Ja, einerseits abklären, aber wie ich schon mal hier irgendwo sagte: Ehrlichkeit. Wenn also User "nOOb1234" etwas hochgetaktet haben möchte, weil er es selber nicht kann sollte der Taktschwinger aber auch sagen was+wie futsch gehen könnte > mal abgesehen das ich das wie in dem gerade genannten Beispiel ziemlichen Quark finden würde User "nOOb" auch noch in seinem Schwanzvergleich zu unterstützen


----------



## Softy (21. August 2012)

Ja, guter Einwand von True  

Wie sieht das eigentlich grundsätzlich mit der Haftung bzw. dem Haftungsauschluss aus? Ich meine auch dem erfahrensten Bastler kann mal der Schraubendreher abrutschen und dabei über die Leiterbahnen des Boards schrammen, oder ähnliches 

Mir z.B. fällt ständig was runter, v.a. wenn ich nüchtern bin


----------



## Rosigatton (21. August 2012)

Frage : Trinken sie viel?  Antwort : Nö, das meiste verschütt ich .

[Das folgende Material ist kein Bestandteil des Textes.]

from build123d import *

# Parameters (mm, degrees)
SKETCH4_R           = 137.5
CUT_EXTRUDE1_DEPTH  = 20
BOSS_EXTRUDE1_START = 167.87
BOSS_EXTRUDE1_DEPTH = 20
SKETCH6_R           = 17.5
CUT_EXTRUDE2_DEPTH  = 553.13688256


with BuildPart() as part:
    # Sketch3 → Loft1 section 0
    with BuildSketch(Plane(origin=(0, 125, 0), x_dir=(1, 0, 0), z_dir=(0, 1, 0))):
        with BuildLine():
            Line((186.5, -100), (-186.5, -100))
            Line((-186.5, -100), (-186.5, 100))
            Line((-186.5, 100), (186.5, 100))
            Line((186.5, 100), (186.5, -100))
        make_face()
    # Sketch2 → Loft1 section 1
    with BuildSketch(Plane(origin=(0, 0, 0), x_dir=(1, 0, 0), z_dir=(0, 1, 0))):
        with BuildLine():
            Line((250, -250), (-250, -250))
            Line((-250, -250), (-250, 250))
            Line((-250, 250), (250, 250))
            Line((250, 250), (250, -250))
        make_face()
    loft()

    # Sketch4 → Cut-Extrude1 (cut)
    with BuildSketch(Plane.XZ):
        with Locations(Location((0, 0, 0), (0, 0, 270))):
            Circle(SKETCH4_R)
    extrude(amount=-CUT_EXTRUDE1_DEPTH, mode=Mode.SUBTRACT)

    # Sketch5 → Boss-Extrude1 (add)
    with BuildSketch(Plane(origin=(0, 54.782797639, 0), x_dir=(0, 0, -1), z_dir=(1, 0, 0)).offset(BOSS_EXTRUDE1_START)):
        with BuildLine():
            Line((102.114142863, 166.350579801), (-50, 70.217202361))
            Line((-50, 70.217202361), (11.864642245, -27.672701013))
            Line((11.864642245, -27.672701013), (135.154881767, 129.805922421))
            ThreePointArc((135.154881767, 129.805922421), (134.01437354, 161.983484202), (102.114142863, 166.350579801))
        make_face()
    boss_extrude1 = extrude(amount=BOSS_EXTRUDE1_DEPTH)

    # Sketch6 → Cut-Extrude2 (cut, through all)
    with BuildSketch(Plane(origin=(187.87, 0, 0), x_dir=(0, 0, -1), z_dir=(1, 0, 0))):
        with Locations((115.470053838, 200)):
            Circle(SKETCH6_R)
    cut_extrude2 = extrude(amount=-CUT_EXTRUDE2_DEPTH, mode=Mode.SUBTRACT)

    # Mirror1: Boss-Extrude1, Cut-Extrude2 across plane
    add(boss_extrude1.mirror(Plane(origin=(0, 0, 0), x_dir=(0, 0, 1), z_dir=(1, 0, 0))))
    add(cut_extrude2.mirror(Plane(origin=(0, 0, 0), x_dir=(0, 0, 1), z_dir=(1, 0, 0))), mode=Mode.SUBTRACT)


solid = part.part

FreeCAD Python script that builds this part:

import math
import FreeCAD as App
import Part
import Sketcher
from FreeCAD import Vector

doc = App.newDocument("Part")
body = doc.addObject("PartDesign::Body", "Body")

sketch1 = body.newObject("Sketcher::SketchObject", "Sketch")
sketch1.AttachmentSupport = (doc.getObject("XZ_Plane"), [""])
sketch1.MapMode = "FlatFace"
sketch1.AttachmentOffset = App.Placement(Vector(0, 0, -125), App.Rotation())
sketch1.addGeometry([
    Part.LineSegment(Vector(-186.5, 100, 0), Vector(186.5, 100, 0)),
    Part.LineSegment(Vector(186.5, 100, 0), Vector(186.5, -100, 0)),
    Part.LineSegment(Vector(186.5, -100, 0), Vector(-186.5, -100, 0)),
    Part.LineSegment(Vector(-186.5, -100, 0), Vector(-186.5, 100, 0)),
], False)
sketch1.addConstraint([
    Sketcher.Constraint("Coincident", 0, 2, 1, 1),
    Sketcher.Constraint("Coincident", 1, 2, 2, 1),
    Sketcher.Constraint("Coincident", 2, 2, 3, 1),
    Sketcher.Constraint("Coincident", 3, 2, 0, 1),
    Sketcher.Constraint("Horizontal", 0),
    Sketcher.Constraint("Vertical", 1),
    Sketcher.Constraint("Horizontal", 2),
    Sketcher.Constraint("Vertical", 3),
    Sketcher.Constraint("Symmetric", 0, 2, 2, 2, -1, 1),
    Sketcher.Constraint("DistanceX", 0, 1, 0, 2, 373.0),
    Sketcher.Constraint("DistanceY", 1, 2, 1, 1, 200.0),
])

sketch2 = body.newObject("Sketcher::SketchObject", "Sketch001")
sketch2.AttachmentSupport = (doc.getObject("XZ_Plane"), [""])
sketch2.MapMode = "FlatFace"
sketch2.addGeometry([
    Part.LineSegment(Vector(-250, 250, 0), Vector(250, 250, 0)),
    Part.LineSegment(Vector(250, 250, 0), Vector(250, -250, 0)),
    Part.LineSegment(Vector(250, -250, 0), Vector(-250, -250, 0)),
    Part.LineSegment(Vector(-250, -250, 0), Vector(-250, 250, 0)),
], False)
sketch2.addConstraint([
    Sketcher.Constraint("Coincident", 0, 2, 1, 1),
    Sketcher.Constraint("Coincident", 1, 2, 2, 1),
    Sketcher.Constraint("Coincident", 2, 2, 3, 1),
    Sketcher.Constraint("Coincident", 3, 2, 0, 1),
    Sketcher.Constraint("Horizontal", 0),
    Sketcher.Constraint("Vertical", 1),
    Sketcher.Constraint("Horizontal", 2),
    Sketcher.Constraint("Vertical", 3),
    Sketcher.Constraint("Symmetric", 0, 2, 2, 2, -1, 1),
    Sketcher.Constraint("Equal", 2, 1),
    Sketcher.Constraint("DistanceX", 0, 1, 0, 2, 500.0),
])

additiveloft = body.newObject("PartDesign::AdditiveLoft", "AdditiveLoft")
additiveloft.Profile = sketch1
additiveloft.Sections = [sketch2]

sketch3 = body.newObject("Sketcher::SketchObject", "Sketch002")
sketch3.AttachmentSupport = (doc.getObject("XZ_Plane"), [""])
sketch3.MapMode = "FlatFace"
sketch3.addGeometry(Part.Circle(Vector(0, 0, 0), Vector(0, 0, 1), 137.5), False)
sketch3.addConstraint([
    Sketcher.Constraint("Coincident", 0, 3, -1, 1),
    Sketcher.Constraint("Diameter", 0, 275.0),
])
pocket1 = body.newObject("PartDesign::Pocket", "Pocket")
pocket1.Profile = sketch3
pocket1.Length = 20

sketch4 = body.newObject("Sketcher::SketchObject", "Sketch003")
sketch4.AttachmentSupport = (doc.getObject("YZ_Plane"), [""])
sketch4.MapMode = "FlatFace"
sketch4.AttachmentOffset = App.Placement(Vector(0, 0, 167.87), App.Rotation())
sketch4.addGeometry([
    Part.LineSegment(Vector(221.133377, -102.114143, 0), Vector(125, 50, 0)),
    Part.LineSegment(Vector(125, 50, 0), Vector(27.110097, -11.864642, 0)),
    Part.LineSegment(Vector(27.110097, -11.864642, 0), Vector(184.58872, -135.154882, 0)),
    Part.ArcOfCircle(Part.Circle(Vector(200, -115.470054, 0), Vector(0, 0, 1), 25), math.radians(-128.057443), math.radians(32.292143)),
], False)
sketch4.addConstraint([
    Sketcher.Constraint("Coincident", 0, 2, 1, 1),
    Sketcher.Constraint("Coincident", 1, 2, 2, 1),
    Sketcher.Constraint("Tangent", 2, 2, 3, 1),
    Sketcher.Constraint("Tangent", 3, 2, 0, 1),
    Sketcher.Constraint("Perpendicular", 0, 1),
    Sketcher.Constraint("Radius", 3, 25.0),
    Sketcher.Constraint("Distance", 2, 200.0),
    Sketcher.Constraint("DistanceX", -1, 1, 3, 3, 200.0),
    Sketcher.Constraint("DistanceX", -1, 1, 0, 2, 125.0),
    Sketcher.Constraint("DistanceY", -1, 1, 0, 2, 50.0),
    Sketcher.Constraint("DistanceY", 3, 2, 1, 2, 90.249501),
])
pad1 = body.newObject("PartDesign::Pad", "Pad")
pad1.Profile = sketch4
pad1.Length = 20

sketch5 = body.newObject("Sketcher::SketchObject", "Sketch004")
sketch5.AttachmentSupport = (doc.getObject("YZ_Plane"), [""])
sketch5.MapMode = "FlatFace"
sketch5.AttachmentOffset = App.Placement(Vector(0, 0, 187.87), App.Rotation())
sketch5.addGeometry(Part.Circle(Vector(200, -115.470054, 0), Vector(0, 0, 1), 17.5), False)
sketch5.addConstraint([
    Sketcher.Constraint("Diameter", 0, 35.0),
    Sketcher.Constraint("DistanceX", -1, 1, 0, 3, 200.0),
    Sketcher.Constraint("DistanceY", 0, 3, -1, 1, 115.470054),
])
pocket2 = body.newObject("PartDesign::Pocket", "Pocket001")
pocket2.Profile = sketch5
pocket2.Type = "ThroughAll"
doc.recompute()

mirrored = body.newObject("PartDesign::Mirrored", "Mirrored")
mirrored.Originals = [pad1, pocket2]
mirrored.MirrorPlane = (doc.getObject("YZ_Plane"), [""])
body.Tip = mirrored

doc.recompute()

Vielleicht sollte ich noch nen kleinen Text über die Liste setzten, in welchem auf die OC- und Haftungsproblematik hingewiesen wird?


----------



## Caduzzz (21. August 2012)

...muss allerdings auch zugeben, dass ich bei dem ganzen etwas zwiegespalten bin. Einerseits sind hier eine Menge netter User, die helfen möchten...andererseits kann immer mal irgendwie etwas kaputt gehen. Wenn jetzt alle "Schiß" bekommen, dass sie für alle Unfälle haftbar gemacht werden, dann stirbt die Liste bevor sie richtig los gelegt hat.

Oo, meine Sätze

Kurz: ich hoffe keiner macht etwas mutwillig beim Einbau Kaputt, dem "Auftraggeber" muss wiederum klar sein, dass ein Unfall den Besten passieren kann

edit: ja Rosi, sehr guter Vorschlag, gerade beim OC


----------



## Rosigatton (21. August 2012)

Noch ein paar Meinungen abwarten, und dann am besten den Doc beauftragen, etwas erfrischendes zu verfassen .


----------



## mickythebeagle (21. August 2012)

Ich denke aber mal das derjenige der absolut nicht Basteln kann sich eh nen Fertigrechner holt.

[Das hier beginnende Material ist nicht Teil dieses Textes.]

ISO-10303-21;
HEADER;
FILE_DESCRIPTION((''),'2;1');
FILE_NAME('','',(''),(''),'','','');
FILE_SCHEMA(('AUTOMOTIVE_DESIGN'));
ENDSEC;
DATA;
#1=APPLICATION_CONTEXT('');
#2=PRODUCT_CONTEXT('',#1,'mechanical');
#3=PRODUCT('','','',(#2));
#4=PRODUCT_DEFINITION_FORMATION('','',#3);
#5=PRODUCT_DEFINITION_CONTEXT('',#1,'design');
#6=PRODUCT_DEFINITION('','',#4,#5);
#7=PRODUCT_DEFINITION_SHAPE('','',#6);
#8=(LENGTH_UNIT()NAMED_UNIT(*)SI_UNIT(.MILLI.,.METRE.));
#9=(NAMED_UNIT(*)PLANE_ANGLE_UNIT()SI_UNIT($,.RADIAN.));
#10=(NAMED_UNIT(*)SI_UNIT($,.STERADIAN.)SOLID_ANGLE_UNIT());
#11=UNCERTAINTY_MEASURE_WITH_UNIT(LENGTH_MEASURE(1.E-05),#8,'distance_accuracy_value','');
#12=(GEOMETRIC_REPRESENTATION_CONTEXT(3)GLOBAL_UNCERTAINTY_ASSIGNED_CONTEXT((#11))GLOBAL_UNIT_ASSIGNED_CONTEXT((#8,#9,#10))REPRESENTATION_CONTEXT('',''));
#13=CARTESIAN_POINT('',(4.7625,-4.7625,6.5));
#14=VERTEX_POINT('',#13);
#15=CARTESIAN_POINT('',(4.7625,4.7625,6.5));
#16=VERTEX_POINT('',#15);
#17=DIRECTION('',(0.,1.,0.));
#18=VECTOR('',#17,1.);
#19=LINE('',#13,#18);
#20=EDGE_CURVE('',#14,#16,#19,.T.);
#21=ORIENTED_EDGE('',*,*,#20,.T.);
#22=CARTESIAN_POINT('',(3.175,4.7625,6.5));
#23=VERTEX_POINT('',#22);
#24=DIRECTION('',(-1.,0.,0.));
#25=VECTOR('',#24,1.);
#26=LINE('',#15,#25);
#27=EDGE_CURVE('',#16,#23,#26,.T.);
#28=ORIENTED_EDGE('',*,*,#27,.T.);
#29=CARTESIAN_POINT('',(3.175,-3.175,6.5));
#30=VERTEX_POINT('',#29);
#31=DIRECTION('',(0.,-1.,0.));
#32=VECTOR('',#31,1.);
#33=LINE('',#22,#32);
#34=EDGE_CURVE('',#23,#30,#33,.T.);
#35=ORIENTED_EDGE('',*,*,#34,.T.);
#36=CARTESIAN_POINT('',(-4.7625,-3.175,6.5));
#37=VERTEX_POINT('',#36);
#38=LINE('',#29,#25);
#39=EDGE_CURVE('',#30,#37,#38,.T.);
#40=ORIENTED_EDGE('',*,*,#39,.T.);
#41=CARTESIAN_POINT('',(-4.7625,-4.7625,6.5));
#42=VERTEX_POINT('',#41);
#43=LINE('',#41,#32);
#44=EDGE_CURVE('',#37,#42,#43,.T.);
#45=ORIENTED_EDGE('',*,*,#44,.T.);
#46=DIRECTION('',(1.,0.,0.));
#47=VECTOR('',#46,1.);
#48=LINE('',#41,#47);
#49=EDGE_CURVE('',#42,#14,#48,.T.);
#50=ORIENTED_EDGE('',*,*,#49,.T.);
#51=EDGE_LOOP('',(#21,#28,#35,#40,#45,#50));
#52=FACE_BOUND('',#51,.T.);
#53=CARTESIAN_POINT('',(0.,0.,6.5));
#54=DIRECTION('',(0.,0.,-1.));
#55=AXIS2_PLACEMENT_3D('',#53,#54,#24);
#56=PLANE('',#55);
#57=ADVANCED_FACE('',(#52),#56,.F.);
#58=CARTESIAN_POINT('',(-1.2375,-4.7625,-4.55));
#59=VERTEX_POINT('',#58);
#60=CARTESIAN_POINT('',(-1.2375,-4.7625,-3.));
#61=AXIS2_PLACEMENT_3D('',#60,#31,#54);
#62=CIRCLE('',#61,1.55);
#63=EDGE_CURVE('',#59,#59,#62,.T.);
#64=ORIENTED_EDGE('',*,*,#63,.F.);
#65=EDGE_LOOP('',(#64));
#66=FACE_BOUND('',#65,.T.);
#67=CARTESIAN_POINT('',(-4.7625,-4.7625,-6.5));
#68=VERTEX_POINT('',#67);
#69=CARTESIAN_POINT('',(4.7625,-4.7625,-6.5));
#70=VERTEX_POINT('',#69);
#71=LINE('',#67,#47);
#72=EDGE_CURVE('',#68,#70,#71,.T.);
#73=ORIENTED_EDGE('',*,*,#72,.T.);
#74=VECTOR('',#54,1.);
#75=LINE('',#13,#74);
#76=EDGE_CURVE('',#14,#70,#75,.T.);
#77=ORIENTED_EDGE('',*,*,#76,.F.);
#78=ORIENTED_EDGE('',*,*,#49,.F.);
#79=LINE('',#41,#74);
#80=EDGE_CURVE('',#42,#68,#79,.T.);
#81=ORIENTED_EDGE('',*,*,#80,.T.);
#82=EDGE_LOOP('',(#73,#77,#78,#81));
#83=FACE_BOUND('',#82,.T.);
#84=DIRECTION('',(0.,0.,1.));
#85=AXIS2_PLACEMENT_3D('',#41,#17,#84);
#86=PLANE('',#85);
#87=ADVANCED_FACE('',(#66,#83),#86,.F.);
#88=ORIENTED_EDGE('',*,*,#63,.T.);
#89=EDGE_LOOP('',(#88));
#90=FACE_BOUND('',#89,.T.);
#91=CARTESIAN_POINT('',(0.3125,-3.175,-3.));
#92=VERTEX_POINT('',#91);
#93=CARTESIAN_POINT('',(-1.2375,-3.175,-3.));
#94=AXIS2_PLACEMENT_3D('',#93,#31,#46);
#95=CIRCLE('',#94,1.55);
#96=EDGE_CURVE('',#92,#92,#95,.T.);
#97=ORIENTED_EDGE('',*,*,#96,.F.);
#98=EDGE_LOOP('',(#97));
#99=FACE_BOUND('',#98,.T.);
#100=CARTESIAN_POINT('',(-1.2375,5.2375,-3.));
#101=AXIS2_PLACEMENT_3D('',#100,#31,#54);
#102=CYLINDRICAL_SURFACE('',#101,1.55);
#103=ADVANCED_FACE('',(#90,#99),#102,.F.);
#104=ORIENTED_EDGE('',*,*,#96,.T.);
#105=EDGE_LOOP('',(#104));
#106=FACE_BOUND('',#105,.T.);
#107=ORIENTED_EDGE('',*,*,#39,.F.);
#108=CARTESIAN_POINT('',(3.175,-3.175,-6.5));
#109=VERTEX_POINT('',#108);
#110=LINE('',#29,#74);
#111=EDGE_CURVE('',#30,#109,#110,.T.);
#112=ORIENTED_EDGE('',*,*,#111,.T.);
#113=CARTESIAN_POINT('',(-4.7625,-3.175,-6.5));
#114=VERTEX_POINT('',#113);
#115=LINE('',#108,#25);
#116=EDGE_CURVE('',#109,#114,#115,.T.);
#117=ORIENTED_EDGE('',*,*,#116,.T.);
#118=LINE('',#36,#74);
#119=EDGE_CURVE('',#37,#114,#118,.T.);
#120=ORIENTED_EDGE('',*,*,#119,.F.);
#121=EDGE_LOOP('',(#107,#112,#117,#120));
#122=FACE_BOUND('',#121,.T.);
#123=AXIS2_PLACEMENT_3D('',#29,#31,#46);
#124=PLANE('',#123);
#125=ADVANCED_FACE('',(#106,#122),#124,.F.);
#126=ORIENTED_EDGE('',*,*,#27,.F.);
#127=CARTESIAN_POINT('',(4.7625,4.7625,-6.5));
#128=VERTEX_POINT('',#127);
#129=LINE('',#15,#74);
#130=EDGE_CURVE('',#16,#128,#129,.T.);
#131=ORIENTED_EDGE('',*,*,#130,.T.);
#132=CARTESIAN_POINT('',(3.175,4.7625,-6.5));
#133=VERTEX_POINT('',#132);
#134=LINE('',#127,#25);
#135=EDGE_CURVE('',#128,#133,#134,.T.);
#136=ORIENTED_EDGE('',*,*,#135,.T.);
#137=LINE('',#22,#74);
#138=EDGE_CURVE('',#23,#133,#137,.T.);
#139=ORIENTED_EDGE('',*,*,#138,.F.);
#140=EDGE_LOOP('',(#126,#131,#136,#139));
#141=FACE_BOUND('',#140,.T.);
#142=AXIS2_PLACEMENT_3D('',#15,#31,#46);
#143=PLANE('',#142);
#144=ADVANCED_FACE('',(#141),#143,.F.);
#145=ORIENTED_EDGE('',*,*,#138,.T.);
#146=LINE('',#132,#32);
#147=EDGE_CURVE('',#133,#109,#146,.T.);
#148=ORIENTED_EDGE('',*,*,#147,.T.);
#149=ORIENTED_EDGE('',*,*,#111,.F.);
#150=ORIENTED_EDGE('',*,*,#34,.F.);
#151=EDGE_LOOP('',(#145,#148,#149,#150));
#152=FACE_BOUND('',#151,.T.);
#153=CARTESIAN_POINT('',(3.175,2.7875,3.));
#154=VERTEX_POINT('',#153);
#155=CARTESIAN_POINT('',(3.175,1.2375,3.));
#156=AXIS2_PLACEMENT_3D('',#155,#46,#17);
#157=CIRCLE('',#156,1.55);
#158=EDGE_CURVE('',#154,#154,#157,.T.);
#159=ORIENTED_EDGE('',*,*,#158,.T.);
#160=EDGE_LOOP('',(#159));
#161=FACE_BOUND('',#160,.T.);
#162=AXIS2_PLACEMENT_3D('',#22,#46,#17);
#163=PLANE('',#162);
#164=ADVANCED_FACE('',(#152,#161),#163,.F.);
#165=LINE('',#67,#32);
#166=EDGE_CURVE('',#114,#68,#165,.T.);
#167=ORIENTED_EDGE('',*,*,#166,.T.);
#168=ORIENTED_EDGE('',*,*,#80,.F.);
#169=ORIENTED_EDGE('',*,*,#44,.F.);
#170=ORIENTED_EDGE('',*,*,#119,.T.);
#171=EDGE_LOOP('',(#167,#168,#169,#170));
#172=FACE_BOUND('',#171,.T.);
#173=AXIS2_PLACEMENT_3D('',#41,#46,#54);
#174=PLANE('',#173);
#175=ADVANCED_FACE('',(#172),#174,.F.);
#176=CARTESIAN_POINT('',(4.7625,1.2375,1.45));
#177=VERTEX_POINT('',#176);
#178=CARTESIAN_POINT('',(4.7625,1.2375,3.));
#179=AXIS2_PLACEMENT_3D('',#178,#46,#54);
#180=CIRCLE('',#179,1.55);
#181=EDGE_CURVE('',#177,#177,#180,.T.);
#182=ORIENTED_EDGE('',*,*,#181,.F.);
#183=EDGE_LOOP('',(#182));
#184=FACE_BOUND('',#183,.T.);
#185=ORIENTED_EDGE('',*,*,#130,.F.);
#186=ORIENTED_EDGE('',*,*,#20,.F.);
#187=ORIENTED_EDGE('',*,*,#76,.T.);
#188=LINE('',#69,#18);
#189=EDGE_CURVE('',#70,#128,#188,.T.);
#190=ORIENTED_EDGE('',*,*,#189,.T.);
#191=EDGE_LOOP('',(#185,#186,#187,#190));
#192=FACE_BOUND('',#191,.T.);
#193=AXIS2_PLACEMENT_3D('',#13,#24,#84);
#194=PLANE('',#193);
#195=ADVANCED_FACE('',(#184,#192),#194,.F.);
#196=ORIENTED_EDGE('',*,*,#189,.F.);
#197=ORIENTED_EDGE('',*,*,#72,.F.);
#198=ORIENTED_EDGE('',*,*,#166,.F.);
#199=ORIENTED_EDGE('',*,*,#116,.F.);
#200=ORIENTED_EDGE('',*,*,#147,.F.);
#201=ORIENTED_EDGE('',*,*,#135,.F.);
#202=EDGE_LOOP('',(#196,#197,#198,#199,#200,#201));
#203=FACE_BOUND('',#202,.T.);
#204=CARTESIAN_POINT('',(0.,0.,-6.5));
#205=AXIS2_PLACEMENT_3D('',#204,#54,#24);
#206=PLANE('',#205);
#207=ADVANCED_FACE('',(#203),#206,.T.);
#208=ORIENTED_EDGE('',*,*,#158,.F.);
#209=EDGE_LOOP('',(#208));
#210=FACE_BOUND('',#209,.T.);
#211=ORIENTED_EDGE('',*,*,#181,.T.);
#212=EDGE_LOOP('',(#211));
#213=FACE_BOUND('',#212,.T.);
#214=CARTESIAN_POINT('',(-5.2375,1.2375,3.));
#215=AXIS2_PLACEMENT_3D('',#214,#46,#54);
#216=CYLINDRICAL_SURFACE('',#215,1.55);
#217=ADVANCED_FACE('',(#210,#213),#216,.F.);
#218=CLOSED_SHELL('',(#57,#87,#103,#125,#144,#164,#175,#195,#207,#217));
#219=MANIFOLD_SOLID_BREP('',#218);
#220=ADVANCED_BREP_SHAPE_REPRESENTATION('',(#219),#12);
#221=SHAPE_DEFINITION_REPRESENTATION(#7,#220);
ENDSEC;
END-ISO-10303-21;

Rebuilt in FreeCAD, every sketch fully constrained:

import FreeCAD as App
import Part
import Sketcher

V = App.Vector

doc = App.newDocument("Part")
params = doc.addObject("Spreadsheet::Sheet", "Params")
for row, (alias, value) in enumerate([
    ("pad1_length", "13 mm"),
    ("sketch2_diameter", "3.1 mm"),
    ("pocket1_length", "10 mm"),
    ("sketch3_diameter", "3.1 mm"),
    ("pocket2_length", "10 mm"),
], start=1):
    params.set(f"A{row}", alias)
    params.set(f"B{row}", "=" + value)
    params.setAlias(f"B{row}", alias)

body = doc.addObject("PartDesign::Body", "Body")

# Sketch on XY plane
sketch1 = body.newObject("Sketcher::SketchObject", "Sketch")
sketch1.AttachmentSupport = (doc.getObject("XY_Plane"), [""])
sketch1.MapMode = "FlatFace"
sketch1.addGeometry([
    Part.LineSegment(V(3.175, -3.175, 0), V(-4.7625, -3.175, 0)),  # 0
    Part.LineSegment(V(-4.7625, -3.175, 0), V(-4.7625, -4.7625, 0)),  # 1
    Part.LineSegment(V(-4.7625, -4.7625, 0), V(4.7625, -4.7625, 0)),  # 2
    Part.LineSegment(V(4.7625, -4.7625, 0), V(4.7625, 4.7625, 0)),  # 3
    Part.LineSegment(V(4.7625, 4.7625, 0), V(3.175, 4.7625, 0)),  # 4
    Part.LineSegment(V(3.175, 4.7625, 0), V(3.175, -3.175, 0)),  # 5
], False)
sketch1.addConstraint([
    Sketcher.Constraint("Coincident", 0, 2, 1, 1),
    Sketcher.Constraint("Coincident", 1, 2, 2, 1),
    Sketcher.Constraint("Coincident", 2, 2, 3, 1),
    Sketcher.Constraint("Coincident", 3, 2, 4, 1),
    Sketcher.Constraint("Coincident", 4, 2, 5, 1),
    Sketcher.Constraint("Coincident", 5, 2, 0, 1),
    Sketcher.Constraint("Horizontal", 0),
    Sketcher.Constraint("Vertical", 1),
    Sketcher.Constraint("Horizontal", 2),
    Sketcher.Constraint("Vertical", 3),
    Sketcher.Constraint("Horizontal", 4),
    Sketcher.Constraint("Vertical", 5),
    Sketcher.Constraint("Symmetric", 1, 2, 3, 2, -1, 1),
    Sketcher.Constraint("Equal", 4, 1),
    Sketcher.Constraint("Equal", 2, 3),
    Sketcher.Constraint("DistanceX", 2, 1, 2, 2, 9.525),
    Sketcher.Constraint("DistanceX", 0, 2, 0, 1, 7.9375),
])
pad1 = body.newObject("PartDesign::Pad", "Pad")
pad1.Profile = sketch1
pad1.setExpression("Length", "Params.pad1_length")
pad1.Midplane = True

# Sketch on YZ plane
sketch2 = body.newObject("Sketcher::SketchObject", "Sketch001")
sketch2.AttachmentSupport = (doc.getObject("YZ_Plane"), [""])
sketch2.MapMode = "FlatFace"
sketch2.AttachmentOffset = App.Placement(V(0, 0, 4.7625), App.Rotation())
sketch2.addGeometry(Part.Circle(V(1.2375, 3, 0), V(0, 0, 1), 1.55), False)
sketch2.addConstraint([
    Sketcher.Constraint("Diameter", 0, 3.1),
    Sketcher.Constraint("DistanceY", -1, 1, 0, 3, 3.0),
    Sketcher.Constraint("DistanceX", -1, 1, 0, 3, 1.2375),
])
sketch2.setExpression("Constraints[0]", "Params.sketch2_diameter")
pocket1 = body.newObject("PartDesign::Pocket", "Pocket")
pocket1.Profile = sketch2
pocket1.setExpression("Length", "Params.pocket1_length")

# Sketch on XZ plane
sketch3 = body.newObject("Sketcher::SketchObject", "Sketch002")
sketch3.AttachmentSupport = (doc.getObject("XZ_Plane"), [""])
sketch3.MapMode = "FlatFace"
sketch3.AttachmentOffset = App.Placement(V(0, 0, 4.7625), App.Rotation())
sketch3.addGeometry(Part.Circle(V(-1.2375, -3, 0), V(0, 0, 1), 1.55), False)
sketch3.addConstraint([
    Sketcher.Constraint("Diameter", 0, 3.1),
    Sketcher.Constraint("DistanceY", 0, 3, -1, 1, 3.0),
    Sketcher.Constraint("DistanceX", 0, 3, -1, 1, 1.2375),
])
sketch3.setExpression("Constraints[0]", "Params.sketch3_diameter")
pocket2 = body.newObject("PartDesign::Pocket", "Pocket001")
pocket2.Profile = sketch3
pocket2.setExpression("Length", "Params.pocket2_length")

doc.recompute()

Wird meistens eh so ablaufen das der Hilfesuchende selbst baut und man aufpasst und erklärt wie was und wo genau hin gehört und die Bios/Uefi einstellungen vornimmt damit die Kiste erst mal läuft.


----------



## Dr Bakterius (21. August 2012)

Ich würde nie irgendwelche OC Ergebnisse anbiedern und immer erwähnen das es Abweichungen gibt und Gefahren möglich sind. Auch das man nicht einfach nur einen Schalter umlegt und das Ding verwandelt sich von Hein Mück in den Hulk.
Das mit der Haftung sollte man im Vorfeld klären mit seinem Klienten. Was das OC angeht sollte jeder nochmal in sich gehen ob er es als Hilfe zur Selbsthilfe anbietet oder generell macht oder es sogar aus der Dienstleistung streicht.


----------



## Rosigatton (21. August 2012)

Jep micky, so sehe ich das auch. Klar soll der Hilfesuchende selber bauen. Ich nehme stark an, das will er auch, nur mit ein bißchen Unterstützung .


----------



## mickythebeagle (21. August 2012)

die meisten Fragen drehen sich ja hier auch beim erst zusammenbau um:

SATA-Kabel/Ports ; ATX Stromversorgung-20/24-4/8 Pol. ; Abstandshalter ; CPU-Kühler/WLP ; Lüfter-3/4 Pin ; ahci/SSD Einrichtung ; Bios/Uefi


----------



## Rosigatton (21. August 2012)

Also, ich werde noch 1-2 Sätze über die Liste setzen, in denen ich kurz auf die Haftungs- und OC Problematik hinweise. Dann sollte das Thema gegessen sein .


----------



## Dr Bakterius (21. August 2012)

Rosigatton schrieb:


> Also, ich werde noch 1-2 Sätze über die Liste setzen, in denen ich kurz auf die Haftungs- und OC Problematik hinweise. Dann sollte das Thema gegessen sein .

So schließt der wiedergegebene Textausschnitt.